Applications in Physics

• Velocity is determined by taking the derivative of the position function concerning time.
• Acceleration is the derivative of the velocity function.
• A positive derivative indicates an increasing function and motion in a positive direction.
• A negative derivative indicates a decreasing function and motion in a negative direction.

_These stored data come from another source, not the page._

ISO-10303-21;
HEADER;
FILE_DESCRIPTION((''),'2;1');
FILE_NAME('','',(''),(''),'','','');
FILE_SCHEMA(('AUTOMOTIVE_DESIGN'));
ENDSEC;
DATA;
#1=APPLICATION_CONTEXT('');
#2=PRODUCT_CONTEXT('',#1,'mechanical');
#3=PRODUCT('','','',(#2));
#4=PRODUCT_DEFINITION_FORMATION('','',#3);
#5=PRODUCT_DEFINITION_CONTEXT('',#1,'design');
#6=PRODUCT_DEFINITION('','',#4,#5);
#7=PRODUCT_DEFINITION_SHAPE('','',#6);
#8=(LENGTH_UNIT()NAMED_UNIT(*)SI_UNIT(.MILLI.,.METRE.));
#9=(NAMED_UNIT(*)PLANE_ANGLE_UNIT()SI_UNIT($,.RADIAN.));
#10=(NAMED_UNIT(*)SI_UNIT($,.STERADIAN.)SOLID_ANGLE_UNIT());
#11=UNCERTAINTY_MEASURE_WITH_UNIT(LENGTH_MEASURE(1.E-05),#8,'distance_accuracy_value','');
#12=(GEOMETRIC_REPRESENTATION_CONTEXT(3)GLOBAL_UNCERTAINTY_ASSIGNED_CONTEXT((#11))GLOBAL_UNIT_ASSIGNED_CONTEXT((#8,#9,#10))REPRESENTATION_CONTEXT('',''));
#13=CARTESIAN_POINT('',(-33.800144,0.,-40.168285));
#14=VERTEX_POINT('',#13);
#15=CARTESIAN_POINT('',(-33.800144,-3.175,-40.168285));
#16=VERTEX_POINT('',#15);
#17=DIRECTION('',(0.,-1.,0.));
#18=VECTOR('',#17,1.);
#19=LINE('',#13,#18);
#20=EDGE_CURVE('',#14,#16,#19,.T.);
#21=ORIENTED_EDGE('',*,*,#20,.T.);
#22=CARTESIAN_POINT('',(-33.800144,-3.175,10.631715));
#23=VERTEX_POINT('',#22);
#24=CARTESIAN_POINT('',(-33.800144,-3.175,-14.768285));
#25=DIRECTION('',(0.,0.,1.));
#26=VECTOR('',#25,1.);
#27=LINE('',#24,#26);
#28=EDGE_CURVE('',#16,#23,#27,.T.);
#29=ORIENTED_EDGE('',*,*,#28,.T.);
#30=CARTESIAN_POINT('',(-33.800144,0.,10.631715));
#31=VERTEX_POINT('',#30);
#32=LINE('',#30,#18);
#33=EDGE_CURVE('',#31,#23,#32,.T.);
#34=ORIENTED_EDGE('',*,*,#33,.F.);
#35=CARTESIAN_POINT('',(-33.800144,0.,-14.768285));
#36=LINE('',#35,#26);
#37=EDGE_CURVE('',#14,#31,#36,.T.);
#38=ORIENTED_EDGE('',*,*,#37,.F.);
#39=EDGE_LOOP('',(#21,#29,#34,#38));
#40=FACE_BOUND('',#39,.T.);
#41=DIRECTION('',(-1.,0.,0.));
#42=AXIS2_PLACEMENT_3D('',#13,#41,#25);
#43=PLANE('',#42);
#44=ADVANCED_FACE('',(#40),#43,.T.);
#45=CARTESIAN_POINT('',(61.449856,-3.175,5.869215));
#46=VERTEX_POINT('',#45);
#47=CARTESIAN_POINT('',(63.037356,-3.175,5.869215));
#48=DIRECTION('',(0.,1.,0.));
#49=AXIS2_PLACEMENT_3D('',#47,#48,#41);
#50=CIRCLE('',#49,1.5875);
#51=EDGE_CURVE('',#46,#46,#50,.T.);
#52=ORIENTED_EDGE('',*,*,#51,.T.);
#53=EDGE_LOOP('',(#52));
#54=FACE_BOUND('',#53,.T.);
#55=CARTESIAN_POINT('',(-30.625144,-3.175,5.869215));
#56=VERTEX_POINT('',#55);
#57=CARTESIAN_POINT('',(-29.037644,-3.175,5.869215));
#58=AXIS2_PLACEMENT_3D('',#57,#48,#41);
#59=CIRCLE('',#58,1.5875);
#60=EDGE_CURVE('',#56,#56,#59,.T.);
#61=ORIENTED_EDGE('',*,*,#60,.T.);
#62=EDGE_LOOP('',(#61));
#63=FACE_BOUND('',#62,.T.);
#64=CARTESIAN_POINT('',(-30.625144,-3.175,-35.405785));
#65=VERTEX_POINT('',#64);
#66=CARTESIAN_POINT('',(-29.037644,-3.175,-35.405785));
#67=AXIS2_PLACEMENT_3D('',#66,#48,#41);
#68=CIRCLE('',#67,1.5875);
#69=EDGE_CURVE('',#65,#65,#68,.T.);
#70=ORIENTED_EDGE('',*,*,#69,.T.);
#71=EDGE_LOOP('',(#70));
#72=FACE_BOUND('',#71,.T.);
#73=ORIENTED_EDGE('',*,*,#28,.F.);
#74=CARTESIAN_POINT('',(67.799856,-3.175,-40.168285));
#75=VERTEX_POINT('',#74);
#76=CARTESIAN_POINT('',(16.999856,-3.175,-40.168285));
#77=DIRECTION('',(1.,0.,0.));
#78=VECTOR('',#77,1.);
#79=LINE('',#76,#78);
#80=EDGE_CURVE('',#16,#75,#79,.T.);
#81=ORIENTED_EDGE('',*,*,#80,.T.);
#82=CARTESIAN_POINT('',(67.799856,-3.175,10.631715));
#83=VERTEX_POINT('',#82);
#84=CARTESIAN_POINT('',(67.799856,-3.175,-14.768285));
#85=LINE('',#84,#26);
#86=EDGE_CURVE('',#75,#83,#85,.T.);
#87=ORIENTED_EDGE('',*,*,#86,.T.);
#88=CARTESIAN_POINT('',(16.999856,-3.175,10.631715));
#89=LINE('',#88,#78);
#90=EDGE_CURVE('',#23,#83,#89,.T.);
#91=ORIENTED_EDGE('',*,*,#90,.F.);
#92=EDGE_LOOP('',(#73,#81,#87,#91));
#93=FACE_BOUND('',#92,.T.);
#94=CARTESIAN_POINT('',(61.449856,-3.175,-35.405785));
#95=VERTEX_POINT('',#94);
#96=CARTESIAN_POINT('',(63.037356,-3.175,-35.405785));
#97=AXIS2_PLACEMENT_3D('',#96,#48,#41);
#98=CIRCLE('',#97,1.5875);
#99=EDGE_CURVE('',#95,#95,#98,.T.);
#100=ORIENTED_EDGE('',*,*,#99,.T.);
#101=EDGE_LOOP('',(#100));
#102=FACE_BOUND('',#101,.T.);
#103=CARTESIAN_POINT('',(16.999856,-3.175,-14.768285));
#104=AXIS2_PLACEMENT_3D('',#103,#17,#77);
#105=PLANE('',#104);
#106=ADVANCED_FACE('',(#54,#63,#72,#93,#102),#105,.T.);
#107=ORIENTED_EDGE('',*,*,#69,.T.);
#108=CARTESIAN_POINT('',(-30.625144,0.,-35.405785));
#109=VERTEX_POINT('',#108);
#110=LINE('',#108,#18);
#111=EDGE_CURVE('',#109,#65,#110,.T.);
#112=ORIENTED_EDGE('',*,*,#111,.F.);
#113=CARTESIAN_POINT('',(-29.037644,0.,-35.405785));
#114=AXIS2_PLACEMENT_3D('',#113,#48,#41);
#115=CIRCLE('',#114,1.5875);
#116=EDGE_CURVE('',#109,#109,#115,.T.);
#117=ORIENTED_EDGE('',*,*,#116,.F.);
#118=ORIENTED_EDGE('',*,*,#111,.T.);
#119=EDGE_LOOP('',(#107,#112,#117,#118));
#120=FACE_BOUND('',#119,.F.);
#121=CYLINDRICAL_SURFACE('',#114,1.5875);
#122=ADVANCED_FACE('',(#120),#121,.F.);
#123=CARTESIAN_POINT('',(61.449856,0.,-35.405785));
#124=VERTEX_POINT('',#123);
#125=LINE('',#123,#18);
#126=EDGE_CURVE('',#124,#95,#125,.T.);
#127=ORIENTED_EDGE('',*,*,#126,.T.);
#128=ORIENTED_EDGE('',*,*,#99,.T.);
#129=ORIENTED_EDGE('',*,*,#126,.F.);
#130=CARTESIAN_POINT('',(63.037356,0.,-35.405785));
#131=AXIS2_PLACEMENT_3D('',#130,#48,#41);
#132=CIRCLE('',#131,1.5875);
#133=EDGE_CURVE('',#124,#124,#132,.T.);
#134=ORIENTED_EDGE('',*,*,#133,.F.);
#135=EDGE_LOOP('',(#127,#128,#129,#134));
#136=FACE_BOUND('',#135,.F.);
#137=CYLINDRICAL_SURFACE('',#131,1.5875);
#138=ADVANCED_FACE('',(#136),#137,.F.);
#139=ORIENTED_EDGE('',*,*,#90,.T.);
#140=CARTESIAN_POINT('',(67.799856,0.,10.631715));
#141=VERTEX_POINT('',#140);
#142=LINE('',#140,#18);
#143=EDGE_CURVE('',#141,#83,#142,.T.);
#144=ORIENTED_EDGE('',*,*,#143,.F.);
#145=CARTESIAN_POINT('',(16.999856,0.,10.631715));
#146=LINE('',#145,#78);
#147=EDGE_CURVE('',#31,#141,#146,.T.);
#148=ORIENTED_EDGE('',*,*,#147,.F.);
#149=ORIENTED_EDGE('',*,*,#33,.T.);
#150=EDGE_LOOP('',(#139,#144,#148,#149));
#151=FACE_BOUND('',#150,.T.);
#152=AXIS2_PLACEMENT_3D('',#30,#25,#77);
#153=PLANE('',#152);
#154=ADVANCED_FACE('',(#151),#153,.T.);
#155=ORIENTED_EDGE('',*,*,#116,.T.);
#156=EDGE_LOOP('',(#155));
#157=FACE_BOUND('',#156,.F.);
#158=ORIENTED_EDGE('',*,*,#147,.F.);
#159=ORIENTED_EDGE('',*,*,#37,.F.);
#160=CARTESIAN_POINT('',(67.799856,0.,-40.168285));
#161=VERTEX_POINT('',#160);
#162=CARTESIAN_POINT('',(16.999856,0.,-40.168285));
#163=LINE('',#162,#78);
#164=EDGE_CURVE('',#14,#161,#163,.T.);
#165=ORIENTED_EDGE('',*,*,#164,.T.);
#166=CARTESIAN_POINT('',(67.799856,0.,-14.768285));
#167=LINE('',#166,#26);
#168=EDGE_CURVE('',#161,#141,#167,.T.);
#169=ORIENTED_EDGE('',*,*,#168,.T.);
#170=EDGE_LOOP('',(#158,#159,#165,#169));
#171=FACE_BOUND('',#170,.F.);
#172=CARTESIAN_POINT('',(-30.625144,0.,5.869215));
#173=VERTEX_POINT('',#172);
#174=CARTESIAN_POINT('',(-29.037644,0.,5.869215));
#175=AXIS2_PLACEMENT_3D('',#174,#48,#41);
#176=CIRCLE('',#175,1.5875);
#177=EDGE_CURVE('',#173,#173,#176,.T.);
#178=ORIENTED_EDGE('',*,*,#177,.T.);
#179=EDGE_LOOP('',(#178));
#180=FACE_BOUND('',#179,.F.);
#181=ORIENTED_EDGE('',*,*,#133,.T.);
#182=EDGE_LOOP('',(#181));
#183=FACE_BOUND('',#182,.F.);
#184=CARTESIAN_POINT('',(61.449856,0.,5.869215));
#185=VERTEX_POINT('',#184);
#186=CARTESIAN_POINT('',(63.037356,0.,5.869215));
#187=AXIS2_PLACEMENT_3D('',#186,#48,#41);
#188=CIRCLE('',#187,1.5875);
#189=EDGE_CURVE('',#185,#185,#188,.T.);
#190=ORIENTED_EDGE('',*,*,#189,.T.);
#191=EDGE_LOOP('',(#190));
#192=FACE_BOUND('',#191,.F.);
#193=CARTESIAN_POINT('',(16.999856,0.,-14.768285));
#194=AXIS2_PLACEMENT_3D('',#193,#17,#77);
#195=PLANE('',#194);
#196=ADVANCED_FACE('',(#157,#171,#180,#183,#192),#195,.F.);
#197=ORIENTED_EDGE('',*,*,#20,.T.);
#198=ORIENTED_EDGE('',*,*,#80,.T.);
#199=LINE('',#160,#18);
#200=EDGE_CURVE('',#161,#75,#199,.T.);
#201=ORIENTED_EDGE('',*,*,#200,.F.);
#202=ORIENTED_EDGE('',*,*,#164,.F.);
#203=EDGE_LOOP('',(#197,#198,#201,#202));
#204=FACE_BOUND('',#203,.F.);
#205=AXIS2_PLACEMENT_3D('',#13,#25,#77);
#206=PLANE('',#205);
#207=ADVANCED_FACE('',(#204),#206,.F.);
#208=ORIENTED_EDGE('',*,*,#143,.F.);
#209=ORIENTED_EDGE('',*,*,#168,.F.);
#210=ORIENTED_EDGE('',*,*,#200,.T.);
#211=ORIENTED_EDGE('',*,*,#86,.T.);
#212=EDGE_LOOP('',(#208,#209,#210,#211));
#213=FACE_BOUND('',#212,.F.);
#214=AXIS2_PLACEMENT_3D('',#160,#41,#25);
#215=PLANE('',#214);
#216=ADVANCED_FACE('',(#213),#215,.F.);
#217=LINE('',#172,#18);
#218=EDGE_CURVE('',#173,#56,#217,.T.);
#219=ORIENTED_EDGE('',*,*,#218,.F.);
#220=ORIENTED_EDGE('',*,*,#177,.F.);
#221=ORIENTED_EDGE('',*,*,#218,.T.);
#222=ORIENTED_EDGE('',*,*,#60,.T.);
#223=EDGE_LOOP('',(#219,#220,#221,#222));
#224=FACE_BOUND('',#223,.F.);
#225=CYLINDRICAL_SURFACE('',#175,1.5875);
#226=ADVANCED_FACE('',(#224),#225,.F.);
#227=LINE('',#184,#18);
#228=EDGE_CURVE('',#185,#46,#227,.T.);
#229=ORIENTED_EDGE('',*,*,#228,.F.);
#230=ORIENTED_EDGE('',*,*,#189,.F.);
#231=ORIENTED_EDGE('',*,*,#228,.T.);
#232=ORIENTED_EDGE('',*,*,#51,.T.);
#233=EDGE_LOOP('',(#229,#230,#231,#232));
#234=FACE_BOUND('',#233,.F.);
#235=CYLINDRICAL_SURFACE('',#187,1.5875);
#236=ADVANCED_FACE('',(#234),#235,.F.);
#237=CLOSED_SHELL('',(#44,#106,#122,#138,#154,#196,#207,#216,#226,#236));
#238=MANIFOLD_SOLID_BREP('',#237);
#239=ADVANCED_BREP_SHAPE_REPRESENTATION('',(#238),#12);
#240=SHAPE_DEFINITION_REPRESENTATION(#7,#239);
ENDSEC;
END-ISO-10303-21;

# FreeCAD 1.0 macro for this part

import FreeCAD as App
import Part
import Sketcher
from FreeCAD import Vector
Q = App.Units.Quantity

doc = App.newDocument("Part")
body = doc.addObject("PartDesign::Body", "Body")

# Sketch on XZ plane
sketch1 = body.newObject("Sketcher::SketchObject", "Sketch")
sketch1.AttachmentSupport = (doc.getObject("XZ_Plane"), [""])
sketch1.MapMode = "FlatFace"
sketch1.addGeometry(Part.LineSegment(Vector(-34, 11, 0), Vector(-34, -40, 0)), False)
sketch1.addGeometry(Part.LineSegment(Vector(-34, -40, 0), Vector(68, -40, 0)), False)
sketch1.addGeometry(Part.LineSegment(Vector(68, -40, 0), Vector(68, 11, 0)), False)
sketch1.addGeometry(Part.LineSegment(Vector(68, 11, 0), Vector(-34, 11, 0)), False)
sketch1.addConstraint(Sketcher.Constraint("Coincident", 0, 2, 1, 1))
sketch1.addConstraint(Sketcher.Constraint("Coincident", 1, 2, 2, 1))
sketch1.addConstraint(Sketcher.Constraint("Coincident", 2, 2, 3, 1))
sketch1.addConstraint(Sketcher.Constraint("Coincident", 3, 2, 0, 1))
sketch1.addConstraint(Sketcher.Constraint("Vertical", 0))
sketch1.addConstraint(Sketcher.Constraint("Horizontal", 1))
sketch1.addConstraint(Sketcher.Constraint("Vertical", 2))
sketch1.addConstraint(Sketcher.Constraint("Horizontal", 3))
sketch1.addConstraint(Sketcher.Constraint("DistanceX", 1, 1, 1, 2, Q("4 in")))
sketch1.addConstraint(Sketcher.Constraint("DistanceY", 0, 2, 0, 1, Q("2 in")))
sketch1.addConstraint(Sketcher.Constraint("DistanceX", 0, 2, -1, 1, 33.800144))
sketch1.addConstraint(Sketcher.Constraint("DistanceY", 0, 2, -1, 1, 40.168285))
pad1 = body.newObject("PartDesign::Pad", "Pad")
pad1.Profile = sketch1
pad1.Length = Q("0.125 in")

# Sketch on XZ plane
sketch2 = body.newObject("Sketcher::SketchObject", "Sketch001")
sketch2.AttachmentSupport = (doc.getObject("XZ_Plane"), [""])
sketch2.MapMode = "FlatFace"
sketch2.addGeometry(Part.Circle(Vector(63, 5.9, 0), Vector(0, 0, 1), 1.6), False)
sketch2.addGeometry(Part.Circle(Vector(63, -35.4, 0), Vector(0, 0, 1), 1.6), False)
sketch2.addGeometry(Part.Circle(Vector(-29, 5.9, 0), Vector(0, 0, 1), 1.6), False)
sketch2.addGeometry(Part.Circle(Vector(-29, -35.4, 0), Vector(0, 0, 1), 1.6), False)
sketch2.addConstraint(Sketcher.Constraint("Equal", 0, 1))
sketch2.addConstraint(Sketcher.Constraint("Equal", 1, 2))
sketch2.addConstraint(Sketcher.Constraint("Equal", 2, 3))
sketch2.addConstraint(Sketcher.Constraint("Horizontal", 0, 3, 2, 3))
sketch2.addConstraint(Sketcher.Constraint("Horizontal", 1, 3, 3, 3))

Derivative Tests for Extrema

• First Derivative Test:

  • Identify critical points where ( f'(x) = 0 ) or ( f'(x) ) is undefined.
  • Analyze the sign of ( f'(x) ) around critical points.
  • A change from positive to negative indicates a local maximum.
  • A change from negative to positive indicates a local minimum.

• Second Derivative Test:

  • Evaluate ( f''(x) ) at the critical point ( x = c ).
  • If ( f''(c) > 0 ), a local minimum is present.
  • If ( f''(c) < 0 ), a local maximum is present.
  • If ( f''(c) = 0), the result is inconclusive.

Description

This quiz covers the definition, properties, and notation of derivatives in calculus. It also explores higher-order derivatives and their interpretations, focusing on concavity and rates of change. Test your understanding of these fundamental concepts in calculus.